Czech Philharmonic  

Semyon Bychkov, Chief Conductor & Music Director  

 Jakub Hrůša & Tomáš Netopil, Principal Guest Conductors

Next season will see us together again, sharing music and being an inspiration for one another. It has been much too long since we were distanced by the pandemic. I have missed the immediacy of your presence very much, as have my beloved colleagues of the Czech Philharmonic. Welcome back! We have so much extraordinary music waiting for you! We are waiting for you!”                                          SEMYON BYCHKOV                    

Welcoming back audiences to Prague’s Rudolfinum on 29 September, the Czech Philharmonic will launch its 126th season with Chief Conductor and Music Director Semyon Bychkov marking the start of his fourth year at the helm of the Orchestra. The season opens with Shostakovich’s Leningrad Symphony, a work that has a deep significance for Bychkov who was born in Leningrad and whose mother lived through the 900 days of the Leningrad siege. The work received its second performance during the siege. 

Thanks to flexible artistic programming and rigorous testing, the Czech Philharmonic have continued making music throughout the pandemic despite uncertainties and restrictions. Thanks also to the state-of-the-art 4K equipped Studio Rudolfinum – one branch of Czech Phil Media set up in 2018 – the Orchestra has streamed 16 concerts, reaching audiences of more than 800,000 on Czech TV and 1.9 million via Facebook and YouTube. Five of the concerts presented by the Orchestra were benefit concerts which raised close to £400,000 in support of hospitals, charities and health care professionals.

Programming for the 2021/22 season continues with the Mahler symphonies which Bychkov and the Czech Philharmonic are in the process of recording. In addition, new commissions from Bryce Dessner (Mari) and Julian Anderson (Prague Panoramas) will receive their world premières. The Orchestra’s commitment to contemporary music is further explored with works by composers including Kabeláč, Ullmann and Smolka programmed alongside works by Strauss, Stravinsky, Shostakovich, Rachmaninov, Martinů and Janáček. Abroad, the Czech Philharmonic and Bychkov present a three-day Czech Music Festival in Vienna’s Musikverein followed by concerts in Berlin, Hamburg, Essen and London’s Barbican each featuring Smetana’s iconic symphonic cycle Má vlast (My Homeland), which Bychkov and the Czech Philharmonic committed to disc during the lockdown. Pending covid-restrictions, a Far East tour is also anticipated. 
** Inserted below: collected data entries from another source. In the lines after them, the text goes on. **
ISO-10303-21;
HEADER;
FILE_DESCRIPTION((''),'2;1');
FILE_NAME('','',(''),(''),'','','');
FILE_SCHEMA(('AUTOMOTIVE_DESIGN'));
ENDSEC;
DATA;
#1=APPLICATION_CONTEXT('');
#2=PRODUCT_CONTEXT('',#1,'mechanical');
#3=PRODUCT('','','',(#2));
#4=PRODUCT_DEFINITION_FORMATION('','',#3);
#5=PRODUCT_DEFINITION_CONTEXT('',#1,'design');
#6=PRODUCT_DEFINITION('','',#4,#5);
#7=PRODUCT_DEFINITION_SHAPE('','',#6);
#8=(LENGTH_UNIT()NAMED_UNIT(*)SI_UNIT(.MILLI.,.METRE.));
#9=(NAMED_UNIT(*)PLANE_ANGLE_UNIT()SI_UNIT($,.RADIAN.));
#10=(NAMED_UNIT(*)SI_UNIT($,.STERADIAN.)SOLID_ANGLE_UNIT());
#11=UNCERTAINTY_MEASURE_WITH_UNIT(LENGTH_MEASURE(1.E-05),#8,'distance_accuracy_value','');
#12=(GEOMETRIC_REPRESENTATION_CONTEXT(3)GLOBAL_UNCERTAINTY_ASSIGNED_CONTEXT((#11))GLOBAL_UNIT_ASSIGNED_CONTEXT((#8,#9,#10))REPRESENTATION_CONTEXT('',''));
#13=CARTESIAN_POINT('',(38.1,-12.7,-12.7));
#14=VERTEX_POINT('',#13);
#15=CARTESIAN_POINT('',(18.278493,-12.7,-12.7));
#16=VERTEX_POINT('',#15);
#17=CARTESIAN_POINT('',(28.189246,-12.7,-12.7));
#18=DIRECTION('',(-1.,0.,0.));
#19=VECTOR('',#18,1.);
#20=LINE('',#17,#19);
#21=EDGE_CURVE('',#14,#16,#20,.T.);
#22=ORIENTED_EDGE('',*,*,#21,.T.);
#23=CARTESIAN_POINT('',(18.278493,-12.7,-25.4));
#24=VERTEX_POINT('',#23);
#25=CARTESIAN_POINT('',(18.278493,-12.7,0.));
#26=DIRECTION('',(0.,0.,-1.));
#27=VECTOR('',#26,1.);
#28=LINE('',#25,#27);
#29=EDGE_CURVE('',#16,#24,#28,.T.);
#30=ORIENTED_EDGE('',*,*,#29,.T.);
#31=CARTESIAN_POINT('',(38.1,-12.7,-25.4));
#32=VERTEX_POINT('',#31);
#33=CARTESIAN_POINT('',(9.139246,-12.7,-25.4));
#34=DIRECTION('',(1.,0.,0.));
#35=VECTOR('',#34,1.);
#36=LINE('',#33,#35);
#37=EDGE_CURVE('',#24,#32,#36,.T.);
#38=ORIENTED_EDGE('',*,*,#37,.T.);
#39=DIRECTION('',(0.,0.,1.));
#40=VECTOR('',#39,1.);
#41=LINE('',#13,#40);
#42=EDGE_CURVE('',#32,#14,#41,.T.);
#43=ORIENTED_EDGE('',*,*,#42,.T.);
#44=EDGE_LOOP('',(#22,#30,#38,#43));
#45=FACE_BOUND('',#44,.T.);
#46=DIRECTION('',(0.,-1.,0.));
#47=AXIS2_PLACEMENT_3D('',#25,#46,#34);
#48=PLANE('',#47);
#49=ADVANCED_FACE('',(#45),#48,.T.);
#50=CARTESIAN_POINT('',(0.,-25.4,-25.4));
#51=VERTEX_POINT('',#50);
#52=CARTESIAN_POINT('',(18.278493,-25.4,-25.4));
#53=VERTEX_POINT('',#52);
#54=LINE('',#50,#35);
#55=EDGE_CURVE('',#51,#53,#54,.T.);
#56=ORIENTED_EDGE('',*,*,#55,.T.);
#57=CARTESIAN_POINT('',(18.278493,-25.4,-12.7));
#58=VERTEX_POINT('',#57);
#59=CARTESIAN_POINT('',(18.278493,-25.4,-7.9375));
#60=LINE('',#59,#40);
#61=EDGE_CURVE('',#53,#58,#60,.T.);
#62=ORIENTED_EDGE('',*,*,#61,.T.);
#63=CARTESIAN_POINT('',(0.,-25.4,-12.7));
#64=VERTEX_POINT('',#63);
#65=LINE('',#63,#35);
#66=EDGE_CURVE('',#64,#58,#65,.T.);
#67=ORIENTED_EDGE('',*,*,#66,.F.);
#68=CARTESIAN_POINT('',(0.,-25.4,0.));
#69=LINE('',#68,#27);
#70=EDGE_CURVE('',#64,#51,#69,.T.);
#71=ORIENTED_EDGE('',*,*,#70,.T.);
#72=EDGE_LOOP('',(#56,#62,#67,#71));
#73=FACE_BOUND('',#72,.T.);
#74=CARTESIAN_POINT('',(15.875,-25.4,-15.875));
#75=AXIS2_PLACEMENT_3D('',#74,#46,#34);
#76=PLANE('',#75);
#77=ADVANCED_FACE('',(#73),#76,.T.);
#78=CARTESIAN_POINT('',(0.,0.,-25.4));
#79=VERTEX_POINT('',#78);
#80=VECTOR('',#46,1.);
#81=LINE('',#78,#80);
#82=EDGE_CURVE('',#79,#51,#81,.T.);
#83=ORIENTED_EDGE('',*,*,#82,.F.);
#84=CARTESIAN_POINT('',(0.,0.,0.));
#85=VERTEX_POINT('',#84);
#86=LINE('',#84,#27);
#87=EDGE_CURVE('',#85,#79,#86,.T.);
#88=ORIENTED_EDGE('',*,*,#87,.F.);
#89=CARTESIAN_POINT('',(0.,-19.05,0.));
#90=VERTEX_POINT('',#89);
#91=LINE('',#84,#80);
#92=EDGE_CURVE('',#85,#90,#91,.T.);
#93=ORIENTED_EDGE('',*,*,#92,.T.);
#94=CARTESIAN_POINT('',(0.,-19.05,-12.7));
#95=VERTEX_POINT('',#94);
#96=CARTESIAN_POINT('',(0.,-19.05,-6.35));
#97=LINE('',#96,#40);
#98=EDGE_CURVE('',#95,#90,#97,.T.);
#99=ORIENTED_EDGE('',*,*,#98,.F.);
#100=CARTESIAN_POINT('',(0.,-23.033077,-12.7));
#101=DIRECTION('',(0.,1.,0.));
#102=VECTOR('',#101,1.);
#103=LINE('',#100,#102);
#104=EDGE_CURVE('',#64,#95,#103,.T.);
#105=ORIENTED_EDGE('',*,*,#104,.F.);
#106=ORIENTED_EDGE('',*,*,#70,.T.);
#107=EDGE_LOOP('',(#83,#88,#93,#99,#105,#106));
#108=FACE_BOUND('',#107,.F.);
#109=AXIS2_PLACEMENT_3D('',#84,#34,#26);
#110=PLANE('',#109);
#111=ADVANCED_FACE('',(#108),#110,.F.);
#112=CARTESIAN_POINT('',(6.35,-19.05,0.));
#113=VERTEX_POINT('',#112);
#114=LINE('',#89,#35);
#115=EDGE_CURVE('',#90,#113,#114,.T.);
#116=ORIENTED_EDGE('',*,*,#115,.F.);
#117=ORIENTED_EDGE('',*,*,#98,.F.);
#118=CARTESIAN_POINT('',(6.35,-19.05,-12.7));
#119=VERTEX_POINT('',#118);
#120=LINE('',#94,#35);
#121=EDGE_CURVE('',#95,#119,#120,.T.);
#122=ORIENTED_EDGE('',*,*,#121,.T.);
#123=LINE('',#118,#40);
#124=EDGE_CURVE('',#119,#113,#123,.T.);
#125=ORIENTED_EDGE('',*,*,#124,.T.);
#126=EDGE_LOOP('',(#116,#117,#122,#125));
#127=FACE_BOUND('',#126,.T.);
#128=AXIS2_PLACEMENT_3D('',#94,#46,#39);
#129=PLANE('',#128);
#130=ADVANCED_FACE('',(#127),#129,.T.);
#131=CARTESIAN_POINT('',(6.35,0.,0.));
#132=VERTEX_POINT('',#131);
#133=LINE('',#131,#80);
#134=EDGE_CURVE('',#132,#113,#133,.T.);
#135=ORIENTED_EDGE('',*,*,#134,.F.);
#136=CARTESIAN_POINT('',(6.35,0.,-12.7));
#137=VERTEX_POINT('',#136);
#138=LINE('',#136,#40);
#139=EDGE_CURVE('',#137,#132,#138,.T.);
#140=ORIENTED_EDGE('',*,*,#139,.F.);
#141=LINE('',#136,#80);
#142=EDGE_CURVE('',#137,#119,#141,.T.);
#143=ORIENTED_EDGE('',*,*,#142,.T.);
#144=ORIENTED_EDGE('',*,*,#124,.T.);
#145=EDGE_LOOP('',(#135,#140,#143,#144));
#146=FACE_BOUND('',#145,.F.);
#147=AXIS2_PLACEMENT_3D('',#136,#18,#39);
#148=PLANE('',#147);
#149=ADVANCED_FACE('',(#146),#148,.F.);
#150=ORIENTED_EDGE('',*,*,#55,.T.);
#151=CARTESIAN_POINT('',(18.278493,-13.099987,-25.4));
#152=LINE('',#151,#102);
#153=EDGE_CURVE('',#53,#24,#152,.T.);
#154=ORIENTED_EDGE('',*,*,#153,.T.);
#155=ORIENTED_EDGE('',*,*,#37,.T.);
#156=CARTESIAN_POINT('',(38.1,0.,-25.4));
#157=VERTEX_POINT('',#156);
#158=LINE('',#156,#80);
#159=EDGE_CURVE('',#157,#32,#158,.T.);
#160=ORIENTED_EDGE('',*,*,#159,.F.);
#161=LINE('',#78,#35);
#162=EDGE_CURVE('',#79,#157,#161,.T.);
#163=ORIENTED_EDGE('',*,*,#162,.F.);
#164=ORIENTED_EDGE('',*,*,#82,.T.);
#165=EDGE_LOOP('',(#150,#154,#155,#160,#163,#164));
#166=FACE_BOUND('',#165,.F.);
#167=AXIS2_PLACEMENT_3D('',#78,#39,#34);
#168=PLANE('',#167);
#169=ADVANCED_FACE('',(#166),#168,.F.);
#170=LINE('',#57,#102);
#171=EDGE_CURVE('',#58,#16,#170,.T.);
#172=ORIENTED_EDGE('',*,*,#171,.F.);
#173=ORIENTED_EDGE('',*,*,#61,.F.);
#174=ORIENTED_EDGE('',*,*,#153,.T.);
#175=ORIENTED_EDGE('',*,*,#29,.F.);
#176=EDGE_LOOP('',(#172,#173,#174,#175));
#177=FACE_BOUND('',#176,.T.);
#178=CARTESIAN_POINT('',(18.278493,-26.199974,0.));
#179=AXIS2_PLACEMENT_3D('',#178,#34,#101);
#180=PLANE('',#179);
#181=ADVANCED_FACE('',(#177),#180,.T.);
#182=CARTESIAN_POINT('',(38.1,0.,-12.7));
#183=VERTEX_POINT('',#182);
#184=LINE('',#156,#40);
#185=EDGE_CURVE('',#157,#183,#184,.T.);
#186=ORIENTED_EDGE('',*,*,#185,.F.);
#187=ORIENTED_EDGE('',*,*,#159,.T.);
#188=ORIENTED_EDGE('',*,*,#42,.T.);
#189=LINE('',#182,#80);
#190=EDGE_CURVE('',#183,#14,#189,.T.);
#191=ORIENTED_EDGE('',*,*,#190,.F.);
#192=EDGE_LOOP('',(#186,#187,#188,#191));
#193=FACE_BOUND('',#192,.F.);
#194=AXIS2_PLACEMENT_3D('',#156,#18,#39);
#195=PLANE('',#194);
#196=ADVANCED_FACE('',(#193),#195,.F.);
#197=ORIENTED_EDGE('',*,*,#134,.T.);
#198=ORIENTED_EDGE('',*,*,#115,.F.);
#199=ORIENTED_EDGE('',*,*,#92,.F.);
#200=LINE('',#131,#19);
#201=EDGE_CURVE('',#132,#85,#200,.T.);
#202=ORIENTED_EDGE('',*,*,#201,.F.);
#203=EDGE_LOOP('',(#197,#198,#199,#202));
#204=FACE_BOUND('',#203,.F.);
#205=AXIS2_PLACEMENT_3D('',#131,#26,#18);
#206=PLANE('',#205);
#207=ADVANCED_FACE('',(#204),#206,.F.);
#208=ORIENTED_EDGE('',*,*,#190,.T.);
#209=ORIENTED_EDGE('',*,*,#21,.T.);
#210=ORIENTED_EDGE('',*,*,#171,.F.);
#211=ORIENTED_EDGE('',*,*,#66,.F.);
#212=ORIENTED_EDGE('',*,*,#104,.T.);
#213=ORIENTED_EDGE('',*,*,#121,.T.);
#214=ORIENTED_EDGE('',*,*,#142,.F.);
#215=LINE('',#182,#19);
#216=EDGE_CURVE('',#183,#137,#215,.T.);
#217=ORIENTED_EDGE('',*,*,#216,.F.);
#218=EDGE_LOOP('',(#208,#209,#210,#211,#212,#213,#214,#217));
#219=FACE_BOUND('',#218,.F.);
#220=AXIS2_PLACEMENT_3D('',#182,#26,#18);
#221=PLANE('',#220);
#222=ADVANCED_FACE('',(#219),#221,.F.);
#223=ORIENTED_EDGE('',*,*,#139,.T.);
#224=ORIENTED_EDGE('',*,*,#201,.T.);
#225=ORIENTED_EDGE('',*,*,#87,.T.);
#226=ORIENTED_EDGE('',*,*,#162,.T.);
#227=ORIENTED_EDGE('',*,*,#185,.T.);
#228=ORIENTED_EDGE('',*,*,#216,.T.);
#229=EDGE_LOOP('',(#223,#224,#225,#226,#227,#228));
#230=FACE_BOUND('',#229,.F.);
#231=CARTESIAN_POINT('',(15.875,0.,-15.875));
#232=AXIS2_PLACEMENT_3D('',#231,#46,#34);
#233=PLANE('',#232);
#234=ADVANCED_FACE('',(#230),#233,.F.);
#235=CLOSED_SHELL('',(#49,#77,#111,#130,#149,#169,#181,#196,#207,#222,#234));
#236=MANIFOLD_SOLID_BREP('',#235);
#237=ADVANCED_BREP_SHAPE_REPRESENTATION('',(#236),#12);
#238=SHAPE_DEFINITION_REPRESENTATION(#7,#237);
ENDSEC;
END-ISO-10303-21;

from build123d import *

# Parameters (mm, degrees)
F1_DEPTH = 25.4
F2_W     = 20.863877578
F2_H     = 13.4999741197
F3_DEPTH = 25.401
F4_W     = 7.9661535591
F4_H     = 12.7
F5_DEPTH = 25.4


with BuildPart() as f1:
    # F0 (on Front) → F1 (new body)
    with BuildSketch(Plane.XZ):
        Polygon((6.35, 0), (0, 0), (0, -25.4), (38.1, -25.4), (38.1, -12.7), (6.35, -12.7), align=None)
    extrude(amount=F1_DEPTH)

    # F2 (on Top) → F3 (cut, through all)
    with BuildSketch(Plane.XY):
        with Locations((28.710431435, -19.4499870598)):
            Rectangle(F2_W, F2_H)
    extrude(amount=-F3_DEPTH, mode=Mode.SUBTRACT)

    # F4 (on Right) → F5 (cut)
    with BuildSketch(Plane.YZ):
        with Locations((-23.0330767795, -6.35)):
            Rectangle(F4_W, F4_H)
    extrude(amount=F5_DEPTH, mode=Mode.SUBTRACT)


solid = f1.part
Complementing Bychkov’s concerts with the Czech Philharmonic are performances led by Principal Guest Conductors Jakub Hrůša and Tomáš Netopil. In addition to subscription concerts in Prague, Hrůša will conduct performances at Smetana’s Litomyšl Festival and record works by Suk, Netopil will conduct at the Dvořák Prague International Festival. This year’s Velvet Revolution Concert, an annual concert initiated by Bychkov to mark the events of 1989, will be conducted by Hrůša with Artist-in-Residence Yuja Wang as soloist. 

International guests include conductors Alain Altinoglu, Manfred Honeck, David Robertson, Michael Tilson Thomas and Franz Welser-Möst; and soloists Emanuel Ax, Bertrand Chamayou, Thierry Escaich, Zoltán Fejérvári, Karen Gomyo, Marc-André Hamelin, Sheku Kanneh-Mason, Katia & Marielle Labèque, Víkingur Ólafsson, Sir András Schiff, Anne-Sophie Mutter and Pablo Ferrández.

The Czech Philharmonic’s continued commitment to chamber music is evident from the extensive diary of concerts presented by the Czech Chamber Music Society at the Rudolfinum; while the Orchestra’s education department continues its packed programme of initiatives working closely with the Czech Student Philharmonic as well as regular collaborators Ida Kelarová and her Čhavorenge Children’s Choir.

And… just in case covid-restrictions oblige concerts to continue without audiences, an alternative season of streams and broadcasts has been scheduled to enable the Czech Philharmonic to reach its audiences uninterrupted.